Problem requirements: Once the line containing "#50=LINE('',#46,#18);" is found in the entries below, restate it and each following line word for word, stopping after the line containing "#70=VERTEX_POINT('',#69);".

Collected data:
********************

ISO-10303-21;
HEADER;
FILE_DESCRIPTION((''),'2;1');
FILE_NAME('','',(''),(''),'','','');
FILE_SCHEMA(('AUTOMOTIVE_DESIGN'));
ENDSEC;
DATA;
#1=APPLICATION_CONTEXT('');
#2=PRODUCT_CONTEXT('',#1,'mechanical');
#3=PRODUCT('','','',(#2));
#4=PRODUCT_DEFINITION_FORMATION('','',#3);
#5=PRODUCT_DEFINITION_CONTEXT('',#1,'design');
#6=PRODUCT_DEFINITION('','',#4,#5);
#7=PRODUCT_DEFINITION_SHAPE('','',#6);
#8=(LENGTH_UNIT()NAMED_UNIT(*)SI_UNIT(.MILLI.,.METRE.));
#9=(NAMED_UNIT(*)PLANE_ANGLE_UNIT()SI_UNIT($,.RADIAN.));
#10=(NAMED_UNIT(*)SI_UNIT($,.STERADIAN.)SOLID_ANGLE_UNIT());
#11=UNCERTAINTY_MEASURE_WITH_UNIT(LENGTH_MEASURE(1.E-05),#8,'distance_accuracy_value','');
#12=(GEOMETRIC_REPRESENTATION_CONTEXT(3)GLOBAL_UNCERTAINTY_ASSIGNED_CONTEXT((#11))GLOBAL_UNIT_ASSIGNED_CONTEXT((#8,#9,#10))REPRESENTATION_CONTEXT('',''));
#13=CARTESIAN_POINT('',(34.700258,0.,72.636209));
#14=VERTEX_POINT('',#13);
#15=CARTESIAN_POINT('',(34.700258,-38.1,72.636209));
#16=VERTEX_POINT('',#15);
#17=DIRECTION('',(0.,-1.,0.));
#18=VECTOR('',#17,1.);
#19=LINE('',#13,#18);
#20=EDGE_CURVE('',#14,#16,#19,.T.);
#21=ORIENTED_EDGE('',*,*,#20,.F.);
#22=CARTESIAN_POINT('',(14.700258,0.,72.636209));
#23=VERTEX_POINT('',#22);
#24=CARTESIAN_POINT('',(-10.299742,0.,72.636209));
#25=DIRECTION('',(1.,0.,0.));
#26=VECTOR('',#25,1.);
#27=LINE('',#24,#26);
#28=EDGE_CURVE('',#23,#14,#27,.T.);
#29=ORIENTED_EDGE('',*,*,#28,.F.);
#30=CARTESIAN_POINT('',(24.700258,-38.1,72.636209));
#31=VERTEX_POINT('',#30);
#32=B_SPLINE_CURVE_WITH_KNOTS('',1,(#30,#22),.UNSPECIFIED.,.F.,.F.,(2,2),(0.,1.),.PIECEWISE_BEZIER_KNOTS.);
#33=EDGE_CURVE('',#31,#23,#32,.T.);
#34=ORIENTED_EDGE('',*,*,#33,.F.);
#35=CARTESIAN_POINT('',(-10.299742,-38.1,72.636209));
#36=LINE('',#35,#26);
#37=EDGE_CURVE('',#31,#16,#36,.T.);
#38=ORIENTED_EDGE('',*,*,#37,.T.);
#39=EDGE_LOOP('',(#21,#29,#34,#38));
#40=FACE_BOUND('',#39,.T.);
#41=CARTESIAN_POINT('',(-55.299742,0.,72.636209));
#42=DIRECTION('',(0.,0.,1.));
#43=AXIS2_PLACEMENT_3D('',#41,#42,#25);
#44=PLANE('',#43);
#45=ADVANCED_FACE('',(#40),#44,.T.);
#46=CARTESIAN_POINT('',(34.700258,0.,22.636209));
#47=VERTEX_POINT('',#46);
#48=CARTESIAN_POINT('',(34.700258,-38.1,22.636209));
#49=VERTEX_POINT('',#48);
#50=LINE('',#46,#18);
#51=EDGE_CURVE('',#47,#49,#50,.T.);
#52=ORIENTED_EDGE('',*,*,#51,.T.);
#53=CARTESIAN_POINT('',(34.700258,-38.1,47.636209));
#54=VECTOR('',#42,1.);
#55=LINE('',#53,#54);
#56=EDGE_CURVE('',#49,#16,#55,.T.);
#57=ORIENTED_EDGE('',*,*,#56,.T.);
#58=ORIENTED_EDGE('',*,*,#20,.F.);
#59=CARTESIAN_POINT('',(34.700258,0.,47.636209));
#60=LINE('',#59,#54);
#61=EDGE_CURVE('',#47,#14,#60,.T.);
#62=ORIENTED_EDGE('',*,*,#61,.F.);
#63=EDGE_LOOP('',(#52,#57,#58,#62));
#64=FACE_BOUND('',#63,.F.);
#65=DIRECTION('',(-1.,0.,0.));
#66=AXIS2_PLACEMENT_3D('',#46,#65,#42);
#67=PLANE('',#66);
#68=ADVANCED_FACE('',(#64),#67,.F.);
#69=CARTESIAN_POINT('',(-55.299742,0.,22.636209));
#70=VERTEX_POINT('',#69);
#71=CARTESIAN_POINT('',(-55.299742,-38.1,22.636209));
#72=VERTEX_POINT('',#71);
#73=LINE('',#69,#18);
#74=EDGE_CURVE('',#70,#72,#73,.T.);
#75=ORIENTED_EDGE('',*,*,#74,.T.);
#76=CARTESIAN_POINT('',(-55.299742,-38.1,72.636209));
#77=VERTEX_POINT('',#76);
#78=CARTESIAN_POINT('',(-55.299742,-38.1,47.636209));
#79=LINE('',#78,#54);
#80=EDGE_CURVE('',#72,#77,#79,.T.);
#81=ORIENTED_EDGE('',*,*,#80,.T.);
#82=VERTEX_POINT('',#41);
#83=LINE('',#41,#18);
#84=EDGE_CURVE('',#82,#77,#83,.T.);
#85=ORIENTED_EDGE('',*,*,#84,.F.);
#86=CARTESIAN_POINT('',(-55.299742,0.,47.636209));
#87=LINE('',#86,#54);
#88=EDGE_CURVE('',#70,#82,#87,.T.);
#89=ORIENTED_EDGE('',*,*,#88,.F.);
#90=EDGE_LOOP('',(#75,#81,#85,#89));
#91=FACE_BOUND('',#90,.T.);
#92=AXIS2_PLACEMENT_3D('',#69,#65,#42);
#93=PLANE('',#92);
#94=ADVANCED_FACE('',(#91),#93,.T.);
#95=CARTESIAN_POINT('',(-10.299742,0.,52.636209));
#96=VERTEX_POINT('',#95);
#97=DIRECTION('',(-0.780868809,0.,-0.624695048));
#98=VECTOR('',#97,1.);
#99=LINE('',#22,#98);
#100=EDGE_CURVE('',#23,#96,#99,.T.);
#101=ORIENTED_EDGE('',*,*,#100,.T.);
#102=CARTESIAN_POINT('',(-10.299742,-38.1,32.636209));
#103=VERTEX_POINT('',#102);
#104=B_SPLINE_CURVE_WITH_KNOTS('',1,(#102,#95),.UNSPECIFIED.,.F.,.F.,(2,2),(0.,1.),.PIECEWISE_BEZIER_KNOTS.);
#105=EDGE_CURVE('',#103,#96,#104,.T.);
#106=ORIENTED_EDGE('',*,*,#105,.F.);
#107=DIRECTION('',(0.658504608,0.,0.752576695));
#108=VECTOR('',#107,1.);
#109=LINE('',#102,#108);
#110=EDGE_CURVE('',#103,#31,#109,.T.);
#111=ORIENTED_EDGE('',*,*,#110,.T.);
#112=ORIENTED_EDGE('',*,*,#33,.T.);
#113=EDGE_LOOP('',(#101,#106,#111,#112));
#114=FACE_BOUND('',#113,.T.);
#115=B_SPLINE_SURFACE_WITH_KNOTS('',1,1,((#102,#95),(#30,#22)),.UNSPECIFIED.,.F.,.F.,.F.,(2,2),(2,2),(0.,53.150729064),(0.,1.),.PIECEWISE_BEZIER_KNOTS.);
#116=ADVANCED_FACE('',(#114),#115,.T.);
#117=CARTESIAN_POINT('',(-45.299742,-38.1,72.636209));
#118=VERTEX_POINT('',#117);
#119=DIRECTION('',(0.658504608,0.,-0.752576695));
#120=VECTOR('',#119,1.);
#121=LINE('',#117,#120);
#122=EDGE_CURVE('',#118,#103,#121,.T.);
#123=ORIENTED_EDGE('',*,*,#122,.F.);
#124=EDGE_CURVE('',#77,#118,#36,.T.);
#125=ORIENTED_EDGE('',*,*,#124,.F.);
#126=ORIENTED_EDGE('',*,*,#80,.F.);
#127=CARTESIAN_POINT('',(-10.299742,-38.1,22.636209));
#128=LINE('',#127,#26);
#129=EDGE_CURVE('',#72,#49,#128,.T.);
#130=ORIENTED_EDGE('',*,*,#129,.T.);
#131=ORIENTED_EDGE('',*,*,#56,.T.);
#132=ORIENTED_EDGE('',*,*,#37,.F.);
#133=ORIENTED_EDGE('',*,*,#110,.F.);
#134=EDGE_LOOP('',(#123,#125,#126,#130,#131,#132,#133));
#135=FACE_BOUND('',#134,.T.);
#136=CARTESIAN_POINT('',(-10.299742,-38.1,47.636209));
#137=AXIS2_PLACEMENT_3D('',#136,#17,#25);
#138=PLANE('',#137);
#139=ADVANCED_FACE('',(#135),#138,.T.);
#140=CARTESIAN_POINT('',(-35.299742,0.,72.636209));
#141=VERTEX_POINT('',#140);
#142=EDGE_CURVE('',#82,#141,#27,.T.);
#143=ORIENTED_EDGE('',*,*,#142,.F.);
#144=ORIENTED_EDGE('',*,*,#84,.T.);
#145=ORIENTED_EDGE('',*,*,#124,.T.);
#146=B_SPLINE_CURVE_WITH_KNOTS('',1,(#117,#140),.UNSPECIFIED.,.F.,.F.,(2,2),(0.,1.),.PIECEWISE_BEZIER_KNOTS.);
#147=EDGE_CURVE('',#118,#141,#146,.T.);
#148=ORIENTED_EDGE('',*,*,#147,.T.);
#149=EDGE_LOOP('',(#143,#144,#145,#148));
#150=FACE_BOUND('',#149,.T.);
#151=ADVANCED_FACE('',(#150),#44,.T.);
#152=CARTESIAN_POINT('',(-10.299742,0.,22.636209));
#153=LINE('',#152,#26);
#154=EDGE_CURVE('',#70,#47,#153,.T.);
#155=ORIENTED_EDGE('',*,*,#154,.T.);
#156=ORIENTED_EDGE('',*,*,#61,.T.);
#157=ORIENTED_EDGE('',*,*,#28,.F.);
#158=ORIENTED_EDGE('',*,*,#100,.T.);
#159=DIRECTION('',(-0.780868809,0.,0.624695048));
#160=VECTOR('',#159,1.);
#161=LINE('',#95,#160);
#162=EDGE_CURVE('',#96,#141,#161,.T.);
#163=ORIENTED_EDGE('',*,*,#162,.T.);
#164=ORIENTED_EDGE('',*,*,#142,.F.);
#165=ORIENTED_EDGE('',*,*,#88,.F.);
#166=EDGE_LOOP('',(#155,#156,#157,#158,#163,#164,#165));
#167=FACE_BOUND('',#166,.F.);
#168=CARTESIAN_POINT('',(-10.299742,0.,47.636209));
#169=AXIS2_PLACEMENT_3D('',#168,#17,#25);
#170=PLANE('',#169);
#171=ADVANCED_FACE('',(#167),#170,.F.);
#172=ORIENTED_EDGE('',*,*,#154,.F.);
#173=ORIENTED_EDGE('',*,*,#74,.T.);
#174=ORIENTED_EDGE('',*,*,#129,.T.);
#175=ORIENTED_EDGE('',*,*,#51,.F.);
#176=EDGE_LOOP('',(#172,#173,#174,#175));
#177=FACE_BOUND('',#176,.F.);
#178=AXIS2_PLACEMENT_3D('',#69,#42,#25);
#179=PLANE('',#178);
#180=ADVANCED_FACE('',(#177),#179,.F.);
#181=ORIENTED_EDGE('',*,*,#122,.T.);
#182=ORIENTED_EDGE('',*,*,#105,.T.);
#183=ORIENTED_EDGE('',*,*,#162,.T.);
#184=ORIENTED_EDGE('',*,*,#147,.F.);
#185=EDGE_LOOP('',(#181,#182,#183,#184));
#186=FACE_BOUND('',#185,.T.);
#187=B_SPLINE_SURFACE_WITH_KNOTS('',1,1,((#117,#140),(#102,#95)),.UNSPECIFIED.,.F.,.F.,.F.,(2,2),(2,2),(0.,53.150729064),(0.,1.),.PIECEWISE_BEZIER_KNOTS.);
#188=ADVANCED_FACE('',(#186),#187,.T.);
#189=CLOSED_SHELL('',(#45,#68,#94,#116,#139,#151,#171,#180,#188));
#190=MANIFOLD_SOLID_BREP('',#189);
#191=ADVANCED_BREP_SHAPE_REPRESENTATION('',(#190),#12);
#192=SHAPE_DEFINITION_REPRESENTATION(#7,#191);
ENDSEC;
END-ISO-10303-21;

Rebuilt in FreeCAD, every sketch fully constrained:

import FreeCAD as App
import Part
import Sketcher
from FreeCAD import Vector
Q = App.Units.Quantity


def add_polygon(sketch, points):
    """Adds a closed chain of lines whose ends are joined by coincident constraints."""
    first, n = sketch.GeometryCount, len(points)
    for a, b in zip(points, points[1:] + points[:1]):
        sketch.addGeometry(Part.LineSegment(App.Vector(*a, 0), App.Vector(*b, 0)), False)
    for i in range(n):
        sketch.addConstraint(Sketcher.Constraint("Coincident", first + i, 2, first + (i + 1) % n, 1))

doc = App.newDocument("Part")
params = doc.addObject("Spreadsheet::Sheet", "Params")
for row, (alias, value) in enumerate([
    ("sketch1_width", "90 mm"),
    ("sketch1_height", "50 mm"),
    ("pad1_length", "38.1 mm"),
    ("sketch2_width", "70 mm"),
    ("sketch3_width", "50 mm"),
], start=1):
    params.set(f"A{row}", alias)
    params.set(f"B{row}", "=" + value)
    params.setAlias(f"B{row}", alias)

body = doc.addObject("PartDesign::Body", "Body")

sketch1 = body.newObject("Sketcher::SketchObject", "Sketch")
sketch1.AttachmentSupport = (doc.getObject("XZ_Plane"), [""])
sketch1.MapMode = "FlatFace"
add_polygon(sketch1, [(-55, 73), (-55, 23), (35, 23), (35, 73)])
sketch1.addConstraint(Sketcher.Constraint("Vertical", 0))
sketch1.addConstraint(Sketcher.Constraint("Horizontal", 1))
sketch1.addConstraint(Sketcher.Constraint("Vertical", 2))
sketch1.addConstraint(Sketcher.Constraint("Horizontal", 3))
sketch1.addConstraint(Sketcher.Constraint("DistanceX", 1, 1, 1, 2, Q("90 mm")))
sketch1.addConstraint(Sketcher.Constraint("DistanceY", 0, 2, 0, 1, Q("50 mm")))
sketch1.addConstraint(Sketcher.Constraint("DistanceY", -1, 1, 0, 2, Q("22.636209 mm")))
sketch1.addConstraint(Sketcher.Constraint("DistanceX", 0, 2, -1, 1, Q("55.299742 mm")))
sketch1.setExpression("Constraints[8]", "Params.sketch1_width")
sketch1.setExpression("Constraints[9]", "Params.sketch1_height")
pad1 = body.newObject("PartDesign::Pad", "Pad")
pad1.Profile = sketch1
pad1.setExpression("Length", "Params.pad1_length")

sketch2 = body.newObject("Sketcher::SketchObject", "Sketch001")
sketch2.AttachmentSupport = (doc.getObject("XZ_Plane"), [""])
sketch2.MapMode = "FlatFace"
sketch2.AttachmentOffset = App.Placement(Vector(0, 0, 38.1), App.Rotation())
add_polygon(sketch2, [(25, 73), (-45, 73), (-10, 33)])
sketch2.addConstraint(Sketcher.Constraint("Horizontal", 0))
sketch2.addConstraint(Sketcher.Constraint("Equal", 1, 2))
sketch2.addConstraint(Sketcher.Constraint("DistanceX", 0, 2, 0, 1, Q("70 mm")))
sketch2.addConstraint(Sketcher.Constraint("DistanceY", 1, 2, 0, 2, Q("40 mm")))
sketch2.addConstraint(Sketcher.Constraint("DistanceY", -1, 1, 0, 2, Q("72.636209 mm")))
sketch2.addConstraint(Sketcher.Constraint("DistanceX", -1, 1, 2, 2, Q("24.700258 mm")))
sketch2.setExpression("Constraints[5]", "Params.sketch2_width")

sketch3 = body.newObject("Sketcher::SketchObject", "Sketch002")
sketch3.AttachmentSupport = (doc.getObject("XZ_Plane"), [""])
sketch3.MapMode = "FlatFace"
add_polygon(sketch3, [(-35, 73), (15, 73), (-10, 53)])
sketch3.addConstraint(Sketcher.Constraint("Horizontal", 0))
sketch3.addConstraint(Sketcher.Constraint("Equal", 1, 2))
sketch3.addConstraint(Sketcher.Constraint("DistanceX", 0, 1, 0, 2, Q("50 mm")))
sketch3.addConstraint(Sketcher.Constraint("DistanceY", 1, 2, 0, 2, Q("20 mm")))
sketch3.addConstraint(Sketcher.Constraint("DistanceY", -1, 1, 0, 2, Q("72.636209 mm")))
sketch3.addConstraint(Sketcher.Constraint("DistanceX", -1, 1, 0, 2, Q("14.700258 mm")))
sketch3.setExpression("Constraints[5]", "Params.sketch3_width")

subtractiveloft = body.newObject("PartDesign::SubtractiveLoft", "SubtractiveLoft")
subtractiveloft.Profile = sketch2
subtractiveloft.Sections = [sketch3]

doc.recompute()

********************

Output of the exercise:
#50=LINE('',#46,#18);
#51=EDGE_CURVE('',#47,#49,#50,.T.);
#52=ORIENTED_EDGE('',*,*,#51,.T.);
#53=CARTESIAN_POINT('',(34.700258,-38.1,47.636209));
#54=VECTOR('',#42,1.);
#55=LINE('',#53,#54);
#56=EDGE_CURVE('',#49,#16,#55,.T.);
#57=ORIENTED_EDGE('',*,*,#56,.T.);
#58=ORIENTED_EDGE('',*,*,#20,.F.);
#59=CARTESIAN_POINT('',(34.700258,0.,47.636209));
#60=LINE('',#59,#54);
#61=EDGE_CURVE('',#47,#14,#60,.T.);
#62=ORIENTED_EDGE('',*,*,#61,.F.);
#63=EDGE_LOOP('',(#52,#57,#58,#62));
#64=FACE_BOUND('',#63,.F.);
#65=DIRECTION('',(-1.,0.,0.));
#66=AXIS2_PLACEMENT_3D('',#46,#65,#42);
#67=PLANE('',#66);
#68=ADVANCED_FACE('',(#64),#67,.F.);
#69=CARTESIAN_POINT('',(-55.299742,0.,22.636209));
#70=VERTEX_POINT('',#69);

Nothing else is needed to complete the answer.